Converting Similar names to canonical form in SQL

260 Views Asked by At

I have a database of books. There can be situations where an author can use variations of their names as author.

For eg. Albert Einstein can be written as Albert E. or A. Einstein

Now I need to create a method such that SQL database and tell me the ID of the author based on such situations.

Is there a built in way to convert these multiple variations of a name into a single type within SQL language such as PostgreSQL?

Or Should I change the name using some another language such as C, C++ or Python to convert the name into a particular form and then send to database?

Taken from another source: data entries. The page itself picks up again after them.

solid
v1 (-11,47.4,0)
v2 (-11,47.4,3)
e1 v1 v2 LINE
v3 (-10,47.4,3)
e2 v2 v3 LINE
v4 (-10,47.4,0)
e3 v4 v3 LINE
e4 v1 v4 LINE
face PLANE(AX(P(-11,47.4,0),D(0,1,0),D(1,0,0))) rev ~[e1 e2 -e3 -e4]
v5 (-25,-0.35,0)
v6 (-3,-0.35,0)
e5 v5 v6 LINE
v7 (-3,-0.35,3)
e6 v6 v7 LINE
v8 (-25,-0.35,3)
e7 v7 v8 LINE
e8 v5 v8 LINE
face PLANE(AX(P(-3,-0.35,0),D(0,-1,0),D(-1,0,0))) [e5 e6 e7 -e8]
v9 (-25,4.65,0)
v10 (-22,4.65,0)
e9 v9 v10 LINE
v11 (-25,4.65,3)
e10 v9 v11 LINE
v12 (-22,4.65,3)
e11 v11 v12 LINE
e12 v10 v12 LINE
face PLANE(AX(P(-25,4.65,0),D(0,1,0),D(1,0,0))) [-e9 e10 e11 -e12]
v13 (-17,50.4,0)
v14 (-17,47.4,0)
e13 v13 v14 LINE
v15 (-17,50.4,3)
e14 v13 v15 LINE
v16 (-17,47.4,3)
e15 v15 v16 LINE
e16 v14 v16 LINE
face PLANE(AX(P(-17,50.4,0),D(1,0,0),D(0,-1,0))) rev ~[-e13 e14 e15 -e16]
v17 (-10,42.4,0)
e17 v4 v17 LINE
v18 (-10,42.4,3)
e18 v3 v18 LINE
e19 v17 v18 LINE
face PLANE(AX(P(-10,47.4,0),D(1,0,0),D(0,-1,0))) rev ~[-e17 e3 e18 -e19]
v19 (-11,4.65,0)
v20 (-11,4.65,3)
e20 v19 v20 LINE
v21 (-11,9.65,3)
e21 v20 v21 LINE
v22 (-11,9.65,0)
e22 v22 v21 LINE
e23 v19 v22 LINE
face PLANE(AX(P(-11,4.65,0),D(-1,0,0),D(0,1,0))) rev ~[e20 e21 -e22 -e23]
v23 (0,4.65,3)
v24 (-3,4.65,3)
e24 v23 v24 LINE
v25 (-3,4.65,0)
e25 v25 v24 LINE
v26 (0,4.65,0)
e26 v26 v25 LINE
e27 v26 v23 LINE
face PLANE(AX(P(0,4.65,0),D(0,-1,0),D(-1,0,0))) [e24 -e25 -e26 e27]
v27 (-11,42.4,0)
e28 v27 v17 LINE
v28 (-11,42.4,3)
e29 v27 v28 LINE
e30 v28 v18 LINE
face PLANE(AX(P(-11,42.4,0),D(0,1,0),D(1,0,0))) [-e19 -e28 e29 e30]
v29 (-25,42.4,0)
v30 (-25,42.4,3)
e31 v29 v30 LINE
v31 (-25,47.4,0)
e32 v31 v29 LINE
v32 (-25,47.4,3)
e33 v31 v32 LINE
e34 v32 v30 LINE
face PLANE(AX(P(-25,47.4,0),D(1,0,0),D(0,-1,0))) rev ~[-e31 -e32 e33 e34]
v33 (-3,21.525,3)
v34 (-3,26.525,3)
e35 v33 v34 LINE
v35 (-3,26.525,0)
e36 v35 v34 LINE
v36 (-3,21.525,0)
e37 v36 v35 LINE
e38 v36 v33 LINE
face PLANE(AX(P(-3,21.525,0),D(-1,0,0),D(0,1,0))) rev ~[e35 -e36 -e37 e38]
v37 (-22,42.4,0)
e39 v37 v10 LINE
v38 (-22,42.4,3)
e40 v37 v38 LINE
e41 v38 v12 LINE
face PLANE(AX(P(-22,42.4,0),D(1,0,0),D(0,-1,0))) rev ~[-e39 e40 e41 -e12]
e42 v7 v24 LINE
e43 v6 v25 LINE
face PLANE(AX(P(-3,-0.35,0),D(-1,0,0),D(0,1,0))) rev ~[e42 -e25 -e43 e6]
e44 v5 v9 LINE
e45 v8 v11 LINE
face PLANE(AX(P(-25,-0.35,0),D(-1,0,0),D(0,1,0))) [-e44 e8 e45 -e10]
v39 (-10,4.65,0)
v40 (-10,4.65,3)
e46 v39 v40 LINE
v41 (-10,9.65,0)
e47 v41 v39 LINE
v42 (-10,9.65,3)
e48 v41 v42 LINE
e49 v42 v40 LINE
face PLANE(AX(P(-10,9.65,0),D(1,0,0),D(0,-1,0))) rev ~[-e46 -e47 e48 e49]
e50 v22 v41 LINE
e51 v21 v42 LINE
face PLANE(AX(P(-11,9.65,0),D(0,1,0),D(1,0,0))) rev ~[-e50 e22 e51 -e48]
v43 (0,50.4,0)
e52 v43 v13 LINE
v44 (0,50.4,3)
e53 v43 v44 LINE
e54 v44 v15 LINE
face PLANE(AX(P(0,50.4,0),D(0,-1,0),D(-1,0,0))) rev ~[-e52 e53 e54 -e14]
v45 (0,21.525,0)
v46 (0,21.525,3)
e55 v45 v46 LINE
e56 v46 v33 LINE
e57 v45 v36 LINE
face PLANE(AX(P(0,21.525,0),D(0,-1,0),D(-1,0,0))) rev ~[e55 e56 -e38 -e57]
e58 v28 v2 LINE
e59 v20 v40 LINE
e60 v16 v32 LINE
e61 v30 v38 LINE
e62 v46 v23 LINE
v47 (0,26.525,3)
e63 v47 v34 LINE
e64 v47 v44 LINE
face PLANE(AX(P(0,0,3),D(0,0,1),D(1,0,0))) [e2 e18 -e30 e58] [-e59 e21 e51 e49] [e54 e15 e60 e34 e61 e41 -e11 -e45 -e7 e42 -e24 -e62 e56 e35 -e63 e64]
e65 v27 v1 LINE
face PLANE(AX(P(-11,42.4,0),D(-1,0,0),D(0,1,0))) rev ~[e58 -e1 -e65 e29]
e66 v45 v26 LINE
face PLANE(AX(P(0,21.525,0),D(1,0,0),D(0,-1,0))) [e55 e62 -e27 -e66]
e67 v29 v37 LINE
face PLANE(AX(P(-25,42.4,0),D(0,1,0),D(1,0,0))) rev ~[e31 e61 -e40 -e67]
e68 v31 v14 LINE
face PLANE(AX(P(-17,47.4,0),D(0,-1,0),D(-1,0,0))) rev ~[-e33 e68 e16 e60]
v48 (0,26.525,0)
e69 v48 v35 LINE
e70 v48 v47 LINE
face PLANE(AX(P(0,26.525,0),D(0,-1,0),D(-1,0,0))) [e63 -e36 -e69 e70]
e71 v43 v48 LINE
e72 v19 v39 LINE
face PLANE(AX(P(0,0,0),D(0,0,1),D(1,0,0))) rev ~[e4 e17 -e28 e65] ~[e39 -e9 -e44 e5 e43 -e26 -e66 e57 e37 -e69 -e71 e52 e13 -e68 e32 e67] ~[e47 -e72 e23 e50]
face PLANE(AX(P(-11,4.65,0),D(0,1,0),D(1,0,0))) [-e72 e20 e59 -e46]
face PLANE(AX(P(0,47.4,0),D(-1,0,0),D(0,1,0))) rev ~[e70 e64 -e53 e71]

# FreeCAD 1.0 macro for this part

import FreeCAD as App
import Part
import Sketcher

V = App.Vector
Q = App.Units.Quantity


def add_polygon(sketch, points):
    """Adds a closed chain of lines whose ends are joined by coincident constraints."""
    first, n = sketch.GeometryCount, len(points)
    for a, b in zip(points, points[1:] + points[:1]):
        sketch.addGeometry(Part.LineSegment(App.Vector(*a, 0), App.Vector(*b, 0)), False)
    for i in range(n):
        sketch.addConstraint(Sketcher.Constraint("Coincident", first + i, 2, first + (i + 1) % n, 1))

doc = App.newDocument("Part")
body = doc.addObject("PartDesign::Body", "Body")

sketch1 = body.newObject("Sketcher::SketchObject", "Sketch")
sketch1.AttachmentSupport = (doc.getObject("XY_Plane"), [""])
sketch1.MapMode = "FlatFace"
add_polygon(sketch1, [(-3, -0.3), (-3, 4.7), (0, 4.7), (0, 21.5), (-3, 21.5), (-3, 26.5), (0, 26.5), (0, 50.4), (-17, 50.4), (-17, 47.4), (-25, 47.4), (-25, 42.4), (-22, 42.4), (-22, 4.7), (-25, 4.7), (-25, -0.3)])
add_polygon(sketch1, [(-11, 9.7), (-10, 9.7), (-10, 4.7), (-11, 4.7)])
add_polygon(sketch1, [(-11, 47.4), (-10, 47.4), (-10, 42.4), (-11, 42.4)])
sketch1.addConstraint([
    Sketcher.Constraint("Vertical", 0),
    Sketcher.Constraint("Horizontal", 1),
    Sketcher.Constraint("Vertical", 2),
    Sketcher.Constraint("Horizontal", 3),
    Sketcher.Constraint("Vertical", 4),
    Sketcher.Constraint("Horizontal", 5),
    Sketcher.Constraint("Vertical", 6),
    Sketcher.Constraint("Horizontal", 7),
    Sketcher.Constraint("Vertical", 8),
    Sketcher.Constraint("Horizontal", 9),
    Sketcher.Constraint("Vertical", 10),
    Sketcher.Constraint("Horizontal", 11),
    Sketcher.Constraint("Vertical", 12),
    Sketcher.Constraint("Horizontal", 13),
    Sketcher.Constraint("Vertical", 14),
    Sketcher.Constraint("Horizontal", 15),
    Sketcher.Constraint("Horizontal", 16),
    Sketcher.Constraint("Vertical", 17),
    Sketcher.Constraint("Horizontal", 18),
    Sketcher.Constraint("Vertical", 19),
    Sketcher.Constraint("Horizontal", 20),
    Sketcher.Constraint("Vertical", 21),
    Sketcher.Constraint("Horizontal", 22),
    Sketcher.Constraint("Vertical", 23),
    Sketcher.Constraint("PointOnObject", 1, 2, -2),
    Sketcher.Constraint("PointOnObject", 5, 2, -2),
    Sketcher.Constraint("Horizontal", 1, 2, 12, 2),
    Sketcher.Constraint("Horizontal", 13, 2, 17, 2),
    Sketcher.Constraint("Horizontal", 9, 2, 20, 2),
    Sketcher.Constraint("Horizontal", 11, 2, 21, 2),
    Sketcher.Constraint("Vertical", 0, 2, 3, 2),
    Sketcher.Constraint("Vertical", 10, 2, 13, 2),
    Sketcher.Constraint("Vertical", 17, 2, 20, 2),
    Sketcher.Constraint("Vertical", 19, 2, 22, 2),
    Sketcher.Constraint("Equal", 5, 11),
    Sketcher.Constraint("Equal", 0, 4),
    Sketcher.Constraint("Equal", 13, 8),
    Sketcher.Constraint("Equal", 4, 10),
    Sketcher.Constraint("Equal", 14, 17),
    Sketcher.Constraint("DistanceX", 1, 1, 1, 2, Q("3 mm")),
    Sketcher.Constraint("DistanceX", 7, 2, 7, 1, Q("17 mm")),
    Sketcher.Constraint("DistanceX", 9, 2, 9, 1, Q("8 mm")),
    Sketcher.Constraint("DistanceX", 16, 1, 16, 2, Q("1 mm")),
    Sketcher.Constraint("DistanceY", 0, 1, 0, 2, Q("5 mm")),
    Sketcher.Constraint("DistanceX", 16, 2, -1, 1, Q("10 mm")),
    Sketcher.Constraint("DistanceY", 12, 2, 12, 1, Q("37.75 mm")),
    Sketcher.Constraint("DistanceY", -1, 1, 6, 2, Q("50.4 mm")),
    Sketcher.Constraint("DistanceY", 2, 1, 2, 2, Q("16.875 mm")),
])
pad1 = body.newObject("PartDesign::Pad", "Pad")
pad1.Profile = sketch1
pad1.Length = 3

doc.recompute()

I would rather have a method within SQL instead of using some another language

3

There are 3 best solutions below

2
Laurenz Albe On

You could use PostgreSQL full text search with a thesaurus dictionary. The configuration file would then contain

Albert E. : Albert Einstein
A. Einstein : Albert Einstein
0
JohannesB On

Wikipedia says:

Soundex is a phonetic algorithm for indexing names by sound, as pronounced in English. The goal is for homophones to be encoded to the same representation so that they can be matched despite minor differences in spelling.[1] The algorithm mainly encodes consonants; a vowel will not be encoded unless it is the first letter. Soundex is the most widely known of all phonetic algorithms (in part because it is a standard feature of popular database software such as DB2, PostgreSQL,[2] MySQL,[3] SQLite,[4] Ingres, MS SQL Server,[5] Oracle.[6] and SAP ASE.[7]) Improvements to Soundex are the basis for many modern phonetic algorithms

https://en.wikipedia.org/wiki/Soundex

0
Luuk On

When doing something like this:

select 
   id, 
   (Author) as Author,
   sum(case when length(name)>2 
            then 1 
            else 0 end) score
from 
   books 
   left join unnest(pg_catalog.string_to_array('Albert Einstein', ' ')) name
         on Author like '%'||name||'%'
group by id
order by score DESC

The unnest() returns the parts Albert and Einstein from the name Albert Einstein, and a score s counted. Higher the scores are most likely a match.

It returns:

id author score
1 Albert Einstein 2
2 A. Einstein 1
3 Albert E. 1
4 Anne Ellit 0
6 Arthur Eddington 0
5 Allan W. Eckert 0

For complete SQL, see DBFIDDLE

There is, of course, room for improvement in this script because an author like 'Albert Camus' or 'Siegfried Einstein' also get a score of 1 in this code.